尖閣をまもる秘策あり㊦ 日本でなく福建の領土問題を論じよう 長崎純心大学准教授 石井 望

 この六月三日の共同通信電によると、「中國國家圖書館」は「釣魚島文獻圖籍録」といふ史料集を編纂出版するさうである。この種の宣傳(せんでんせん)に多くの日本國民は困惑してゐる。反駁すれば領土問題が存在することになるし、反駁しなければ言はれ放題となる。日本も對抗して四百八十年にわたる尖閣史料集を出版すれば良いのだらうか、それとも無視すれば良いのだらうか。

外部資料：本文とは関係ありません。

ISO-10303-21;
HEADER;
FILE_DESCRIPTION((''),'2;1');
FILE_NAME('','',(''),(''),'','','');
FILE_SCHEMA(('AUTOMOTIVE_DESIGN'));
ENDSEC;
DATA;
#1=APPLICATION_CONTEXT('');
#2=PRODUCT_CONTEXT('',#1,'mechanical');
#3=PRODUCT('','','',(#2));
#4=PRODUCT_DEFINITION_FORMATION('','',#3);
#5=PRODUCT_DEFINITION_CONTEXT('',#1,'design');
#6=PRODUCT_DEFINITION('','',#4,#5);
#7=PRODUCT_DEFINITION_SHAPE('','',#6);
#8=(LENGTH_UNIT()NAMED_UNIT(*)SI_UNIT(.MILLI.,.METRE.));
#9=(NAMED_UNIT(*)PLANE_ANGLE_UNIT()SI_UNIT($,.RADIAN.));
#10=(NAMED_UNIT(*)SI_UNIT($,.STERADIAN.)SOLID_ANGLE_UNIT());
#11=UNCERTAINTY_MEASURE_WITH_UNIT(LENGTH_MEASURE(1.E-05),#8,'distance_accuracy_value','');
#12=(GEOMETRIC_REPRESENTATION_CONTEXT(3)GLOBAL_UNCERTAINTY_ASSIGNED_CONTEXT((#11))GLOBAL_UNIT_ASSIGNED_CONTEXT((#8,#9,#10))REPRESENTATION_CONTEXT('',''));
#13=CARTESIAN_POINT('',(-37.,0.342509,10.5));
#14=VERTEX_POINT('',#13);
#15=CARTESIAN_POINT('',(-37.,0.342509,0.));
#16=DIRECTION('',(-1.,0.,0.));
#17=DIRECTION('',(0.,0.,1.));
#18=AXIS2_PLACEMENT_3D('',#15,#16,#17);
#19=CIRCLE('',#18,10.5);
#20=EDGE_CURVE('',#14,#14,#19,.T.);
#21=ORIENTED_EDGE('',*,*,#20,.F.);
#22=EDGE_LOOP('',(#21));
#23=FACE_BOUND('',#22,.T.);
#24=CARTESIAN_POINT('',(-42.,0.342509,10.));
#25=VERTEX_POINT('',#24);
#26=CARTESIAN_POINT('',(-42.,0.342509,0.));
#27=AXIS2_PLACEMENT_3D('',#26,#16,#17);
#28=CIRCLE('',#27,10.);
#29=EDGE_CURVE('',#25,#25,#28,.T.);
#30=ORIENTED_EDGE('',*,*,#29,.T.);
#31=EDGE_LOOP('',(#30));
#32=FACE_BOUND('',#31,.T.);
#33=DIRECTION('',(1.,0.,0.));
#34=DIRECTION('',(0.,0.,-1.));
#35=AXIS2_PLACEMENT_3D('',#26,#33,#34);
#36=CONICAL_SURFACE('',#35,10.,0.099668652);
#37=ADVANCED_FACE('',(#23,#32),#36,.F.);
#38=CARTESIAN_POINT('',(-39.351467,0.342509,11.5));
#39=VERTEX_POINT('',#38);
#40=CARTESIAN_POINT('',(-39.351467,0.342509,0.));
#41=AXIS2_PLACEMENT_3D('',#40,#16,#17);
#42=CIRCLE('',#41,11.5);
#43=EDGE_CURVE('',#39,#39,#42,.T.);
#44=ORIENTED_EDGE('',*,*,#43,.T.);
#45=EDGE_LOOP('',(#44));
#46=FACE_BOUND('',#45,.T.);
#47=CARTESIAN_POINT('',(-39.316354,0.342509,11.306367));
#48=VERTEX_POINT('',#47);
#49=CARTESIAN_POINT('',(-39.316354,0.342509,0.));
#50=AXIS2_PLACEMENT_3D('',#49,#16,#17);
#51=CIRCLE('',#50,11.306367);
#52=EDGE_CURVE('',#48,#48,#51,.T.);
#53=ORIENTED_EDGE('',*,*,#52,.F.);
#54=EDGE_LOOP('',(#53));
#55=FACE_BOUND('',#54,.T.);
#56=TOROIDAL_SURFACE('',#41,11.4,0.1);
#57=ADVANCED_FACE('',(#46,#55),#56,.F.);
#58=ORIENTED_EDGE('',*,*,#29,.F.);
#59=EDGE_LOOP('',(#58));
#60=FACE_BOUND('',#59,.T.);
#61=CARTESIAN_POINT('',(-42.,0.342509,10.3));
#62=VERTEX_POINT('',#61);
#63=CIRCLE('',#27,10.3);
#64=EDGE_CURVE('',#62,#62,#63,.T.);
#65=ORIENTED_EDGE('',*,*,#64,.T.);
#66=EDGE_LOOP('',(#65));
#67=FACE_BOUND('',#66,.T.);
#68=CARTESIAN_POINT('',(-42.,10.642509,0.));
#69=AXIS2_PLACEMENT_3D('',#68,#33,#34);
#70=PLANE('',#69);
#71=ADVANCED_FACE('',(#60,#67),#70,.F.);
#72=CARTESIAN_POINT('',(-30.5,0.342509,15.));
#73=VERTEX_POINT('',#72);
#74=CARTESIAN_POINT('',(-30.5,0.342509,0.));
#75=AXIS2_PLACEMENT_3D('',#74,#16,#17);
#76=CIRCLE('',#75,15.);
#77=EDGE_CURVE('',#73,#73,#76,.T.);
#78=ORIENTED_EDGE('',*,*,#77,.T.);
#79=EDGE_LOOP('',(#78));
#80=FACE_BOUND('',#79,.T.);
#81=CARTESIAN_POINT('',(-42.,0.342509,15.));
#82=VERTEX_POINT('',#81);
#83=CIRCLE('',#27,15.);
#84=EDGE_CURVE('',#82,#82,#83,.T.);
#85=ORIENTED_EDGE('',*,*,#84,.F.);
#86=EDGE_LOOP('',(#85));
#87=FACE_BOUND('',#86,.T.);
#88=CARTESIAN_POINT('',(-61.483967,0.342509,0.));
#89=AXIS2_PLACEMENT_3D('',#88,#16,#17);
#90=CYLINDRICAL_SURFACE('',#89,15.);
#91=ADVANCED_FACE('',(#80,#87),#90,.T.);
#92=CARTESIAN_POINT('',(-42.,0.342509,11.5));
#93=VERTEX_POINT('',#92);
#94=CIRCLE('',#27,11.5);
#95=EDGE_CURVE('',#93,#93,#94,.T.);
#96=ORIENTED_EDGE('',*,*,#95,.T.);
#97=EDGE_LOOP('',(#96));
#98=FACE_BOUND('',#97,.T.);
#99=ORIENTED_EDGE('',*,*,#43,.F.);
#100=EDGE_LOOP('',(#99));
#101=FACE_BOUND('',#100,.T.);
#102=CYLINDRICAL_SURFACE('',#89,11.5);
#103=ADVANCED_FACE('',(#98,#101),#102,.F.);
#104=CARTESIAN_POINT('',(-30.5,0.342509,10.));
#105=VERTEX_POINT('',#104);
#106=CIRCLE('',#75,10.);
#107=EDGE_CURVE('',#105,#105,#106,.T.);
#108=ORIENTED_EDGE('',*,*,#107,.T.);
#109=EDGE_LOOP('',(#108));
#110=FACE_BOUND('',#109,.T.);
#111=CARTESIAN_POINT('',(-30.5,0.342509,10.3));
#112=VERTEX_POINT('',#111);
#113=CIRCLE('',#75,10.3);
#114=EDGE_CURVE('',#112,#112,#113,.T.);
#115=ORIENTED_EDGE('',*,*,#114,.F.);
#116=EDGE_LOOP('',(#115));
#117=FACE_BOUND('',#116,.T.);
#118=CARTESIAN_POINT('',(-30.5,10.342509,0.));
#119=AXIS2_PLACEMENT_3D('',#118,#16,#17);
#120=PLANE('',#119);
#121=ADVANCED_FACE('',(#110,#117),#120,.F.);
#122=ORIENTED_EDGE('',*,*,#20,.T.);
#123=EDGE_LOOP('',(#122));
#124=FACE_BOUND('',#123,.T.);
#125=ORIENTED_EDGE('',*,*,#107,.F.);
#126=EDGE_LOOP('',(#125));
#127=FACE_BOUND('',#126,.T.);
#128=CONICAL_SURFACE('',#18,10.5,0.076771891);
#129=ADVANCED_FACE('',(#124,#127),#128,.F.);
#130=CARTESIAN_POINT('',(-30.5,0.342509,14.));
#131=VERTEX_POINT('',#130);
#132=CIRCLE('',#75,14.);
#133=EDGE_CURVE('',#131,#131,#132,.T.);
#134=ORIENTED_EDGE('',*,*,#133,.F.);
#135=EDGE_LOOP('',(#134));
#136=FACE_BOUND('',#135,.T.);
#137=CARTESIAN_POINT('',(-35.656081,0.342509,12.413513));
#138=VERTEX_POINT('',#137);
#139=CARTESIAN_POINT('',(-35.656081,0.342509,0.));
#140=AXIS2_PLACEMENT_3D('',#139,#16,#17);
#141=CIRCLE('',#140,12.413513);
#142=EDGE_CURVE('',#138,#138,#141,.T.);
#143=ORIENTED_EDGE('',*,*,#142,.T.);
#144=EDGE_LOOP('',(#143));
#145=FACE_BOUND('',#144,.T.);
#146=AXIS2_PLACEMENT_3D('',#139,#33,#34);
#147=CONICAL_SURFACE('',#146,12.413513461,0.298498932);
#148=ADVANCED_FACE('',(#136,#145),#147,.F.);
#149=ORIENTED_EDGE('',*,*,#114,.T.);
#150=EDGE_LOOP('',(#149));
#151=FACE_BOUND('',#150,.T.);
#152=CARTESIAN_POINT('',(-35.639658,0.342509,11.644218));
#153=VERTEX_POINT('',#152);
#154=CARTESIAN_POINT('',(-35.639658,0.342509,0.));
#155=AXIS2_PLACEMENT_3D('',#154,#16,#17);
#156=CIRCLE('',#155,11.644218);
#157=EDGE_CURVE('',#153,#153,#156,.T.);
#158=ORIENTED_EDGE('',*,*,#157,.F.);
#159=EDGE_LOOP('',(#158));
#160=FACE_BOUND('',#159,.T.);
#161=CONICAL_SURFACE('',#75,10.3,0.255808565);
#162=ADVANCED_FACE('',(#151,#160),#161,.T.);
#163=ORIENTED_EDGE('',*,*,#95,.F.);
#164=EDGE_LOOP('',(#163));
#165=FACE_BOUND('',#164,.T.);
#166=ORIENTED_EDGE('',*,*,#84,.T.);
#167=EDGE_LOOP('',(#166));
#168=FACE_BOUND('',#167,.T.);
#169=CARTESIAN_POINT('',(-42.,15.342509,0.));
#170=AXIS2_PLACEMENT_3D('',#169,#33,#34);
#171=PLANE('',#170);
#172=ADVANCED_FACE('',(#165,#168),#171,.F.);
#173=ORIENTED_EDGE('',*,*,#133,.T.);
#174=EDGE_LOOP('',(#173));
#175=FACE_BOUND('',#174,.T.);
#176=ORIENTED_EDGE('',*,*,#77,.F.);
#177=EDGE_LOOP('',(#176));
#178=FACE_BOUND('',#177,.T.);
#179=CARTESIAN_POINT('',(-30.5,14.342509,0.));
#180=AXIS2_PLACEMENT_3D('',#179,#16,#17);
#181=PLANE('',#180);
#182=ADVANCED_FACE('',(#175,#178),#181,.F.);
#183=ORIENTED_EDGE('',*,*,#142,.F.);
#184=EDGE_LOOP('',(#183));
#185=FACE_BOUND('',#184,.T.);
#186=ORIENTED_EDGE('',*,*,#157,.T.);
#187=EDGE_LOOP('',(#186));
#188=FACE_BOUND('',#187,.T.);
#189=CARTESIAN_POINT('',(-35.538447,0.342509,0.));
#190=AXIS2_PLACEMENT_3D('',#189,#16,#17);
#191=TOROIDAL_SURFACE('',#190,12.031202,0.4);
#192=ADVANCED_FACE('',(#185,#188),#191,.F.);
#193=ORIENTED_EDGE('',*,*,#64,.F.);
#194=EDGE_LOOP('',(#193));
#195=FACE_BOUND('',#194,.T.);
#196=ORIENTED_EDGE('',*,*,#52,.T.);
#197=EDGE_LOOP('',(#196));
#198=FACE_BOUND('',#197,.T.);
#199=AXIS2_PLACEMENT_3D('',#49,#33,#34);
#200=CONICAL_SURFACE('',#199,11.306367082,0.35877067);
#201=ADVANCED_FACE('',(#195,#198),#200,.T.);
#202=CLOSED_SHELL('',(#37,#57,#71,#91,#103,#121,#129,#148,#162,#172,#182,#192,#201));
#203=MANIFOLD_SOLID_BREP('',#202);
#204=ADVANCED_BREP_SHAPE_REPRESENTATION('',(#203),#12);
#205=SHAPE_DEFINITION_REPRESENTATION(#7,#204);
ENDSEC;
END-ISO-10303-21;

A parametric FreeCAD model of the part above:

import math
import FreeCAD as App
import Part
import Sketcher

V = App.Vector

doc = App.newDocument("Part")
body = doc.addObject("PartDesign::Body", "Body")

sketch1 = body.newObject("Sketcher::SketchObject", "Sketch")
sketch1.AttachmentSupport = (doc.getObject("XY_Plane"), [""])
sketch1.MapMode = "FlatFace"
sketch1.addGeometry([
    Part.LineSegment(V(-30.5, 15.34, 0), V(-42, 15.34, 0)),
    Part.LineSegment(V(-42, 15.34, 0), V(-42, 11.84, 0)),
    Part.LineSegment(V(-42, 11.84, 0), V(-39.35, 11.84, 0)),
    Part.ArcOfCircle(Part.Circle(V(-39.35, 11.74, 0), V(0, 0, 1), 0.1), math.radians(-69), math.radians(90)),
    Part.LineSegment(V(-39.32, 11.65, 0), V(-42, 10.64, 0)),
    Part.LineSegment(V(-42, 10.64, 0), V(-42, 10.34, 0)),
    Part.LineSegment(V(-42, 10.34, 0), V(-37, 10.84, 0)),
    Part.LineSegment(V(-37, 10.84, 0), V(-30.5, 10.34, 0)),
    Part.LineSegment(V(-30.5, 10.34, 0), V(-30.5, 10.64, 0)),
    Part.LineSegment(V(-30.5, 10.64, 0), V(-35.64, 11.99, 0)),
    Part.ArcOfCircle(Part.Circle(V(-35.54, 12.37, 0), V(0, 0, 1), 0.4), math.radians(107), math.radians(255)),
    Part.LineSegment(V(-35.66, 12.76, 0), V(-30.5, 14.34, 0)),
    Part.LineSegment(V(-30.5, 14.34, 0), V(-30.5, 15.34, 0)),
], False)
sketch1.addGeometry(Part.LineSegment(V(-42, 0.34, 0), V(-30.5, 0.34, 0)), True)
sketch1.addConstraint([
    Sketcher.Constraint("Coincident", 0, 2, 1, 1),
    Sketcher.Constraint("Coincident", 1, 2, 2, 1),
    Sketcher.Constraint("Tangent", 2, 2, 3, 2),
    Sketcher.Constraint("Tangent", 3, 1, 4, 1),
    Sketcher.Constraint("Coincident", 4, 2, 5, 1),
    Sketcher.Constraint("Coincident", 5, 2, 6, 1),
    Sketcher.Constraint("Coincident", 6, 2, 7, 1),
    Sketcher.Constraint("Coincident", 7, 2, 8, 1),
    Sketcher.Constraint("Coincident", 8, 2, 9, 1),
    Sketcher.Constraint("Tangent", 9, 2, 10, 2),
    Sketcher.Constraint("Tangent", 10, 1, 11, 1),
    Sketcher.Constraint("Coincident", 11, 2, 12, 1),
    Sketcher.Constraint("Coincident", 12, 2, 0, 1),
    Sketcher.Constraint("Horizontal", 0),
    Sketcher.Constraint("Vertical", 1),
    Sketcher.Constraint("Horizontal", 2),
    Sketcher.Constraint("Vertical", 5),
    Sketcher.Constraint("Vertical", 8),
    Sketcher.Constraint("Vertical", 12),
    Sketcher.Constraint("Horizontal", 13),
    Sketcher.Constraint("Horizontal", 5, 2, 7, 2),
    Sketcher.Constraint("Horizontal", 4, 2, 8, 2),
    Sketcher.Constraint("Vertical", 1, 2, 4, 2),
    Sketcher.Constraint("Vertical", 8, 2, 11, 2),
    Sketcher.Constraint("Vertical", 5, 2, 13, 1),
    Sketcher.Constraint("Vertical", 12, 2, 13, 2),
    Sketcher.Constraint("Radius", 3, 0.1),
    Sketcher.Constraint("Radius", 10, 0.4),
    Sketcher.Constraint("DistanceY", 12, 1, 12, 2, 1.0),
    Sketcher.Constraint("DistanceX", 0, 2, 0, 1, 11.5),
    Sketcher.Constraint("DistanceY", 1, 2, 1, 1, 3.5),
    Sketcher.Constraint("DistanceY", 5, 2, 5, 1, 0.3),
    Sketcher.Constraint("DistanceX", 0, 2, -1, 1, 42.0),
    Sketcher.Constraint("DistanceX", 6, 2, -1, 1, 37.0),
    Sketcher.Constraint("DistanceY", 6, 2, 2, 2, 1.0),
    Sketcher.Constraint("DistanceY", 7, 2, 11, 2, 4.0),
    Sketcher.Constraint("DistanceY", 13, 1, 5, 2, 10.0),
    Sketcher.Constraint("DistanceY", 3, 3, 10, 3, 0.631202),
    Sketcher.Constraint("DistanceX", 2, 1, 2, 2, 2.648533),
    Sketcher.Constraint("DistanceY", -1, 1, 3, 3, 11.742509),
    Sketcher.Constraint("DistanceX", 9, 2, -1, 1, 35.639658),
])
revolution = body.newObject("PartDesign::Revolution", "Revolution")
revolution.Profile = sketch1
revolution.ReferenceAxis = (sketch1, ["Axis0"])
revolution.Angle = 360

doc.recompute()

 實は、徹底的に反駁して且つ日本の領土問題にしない妙方がある。それは尖閣史料を論ぜず、福建の海防史料だけを論じることである。チャイナ領土を論じるのだから、日本の領土問題にならない。


 ▽福建の領土線・海防線
 歴代の史料を精査すれば、尖閣の遙か西方に福建の領土線・海防線が存在する。チャイナ側の主張では尖閣は臺灣(たいわん)に屬すると言ふが、清國が臺灣に省を創設したのは明治十八年であり、それ以前では福建省の最前線が臺灣島内のどこまで侵攻してゐたかといふ問題だけである。もちろん線が尖閣に到達したことは一度も無かった。福建領土線・海防線を明らかにすれば、必然的に尖閣はチャイナ國外だと確定する。福建琉球航路の西端を論ずる必要はあるが、尖閣に直接論及する必要度は高くない。福建領土線を示す史料としては、例へば次のやうなものがある。


 西暦1579年、蕭崇業「使琉球録」に曰く、
 「彼の國の夷船、汛期なるを以て、宜しく境上に候ふべし。乃ち戊寅(西暦1578)年、獨(ひと)り爽(たが)ひて至らず」
 と。汛(しん)とは季節風である。年末の季節風に乘って琉球船が福建に來航し、翌年使節船が出航するまで「境上」で伺候するのが通例だったといふ意である。福建海岸の國境から琉球航路への出航を待つのだから、尖閣は必然的に境外である。通例だから二度以上は前例があったことになるが、前の二度は本稿上篇で述べた最古の記録の陳侃(西暦1534年)及び、二番目に古い郭汝霖(西暦1561年)だけである。最古の記録から既に國境は福建海岸であった。


 西暦1606年の夏子陽「使琉球録」に曰く、
 「渡海所用の金銀酒器、共じて二百三十餘兩を以て、これを境上に追送す」
 と。使節船が琉球へ出航する前に、福建の長官が國境附近まで金銀酒器を屆けて來たといふ記述である。もちろん尖閣でなく大陸の海岸だらう。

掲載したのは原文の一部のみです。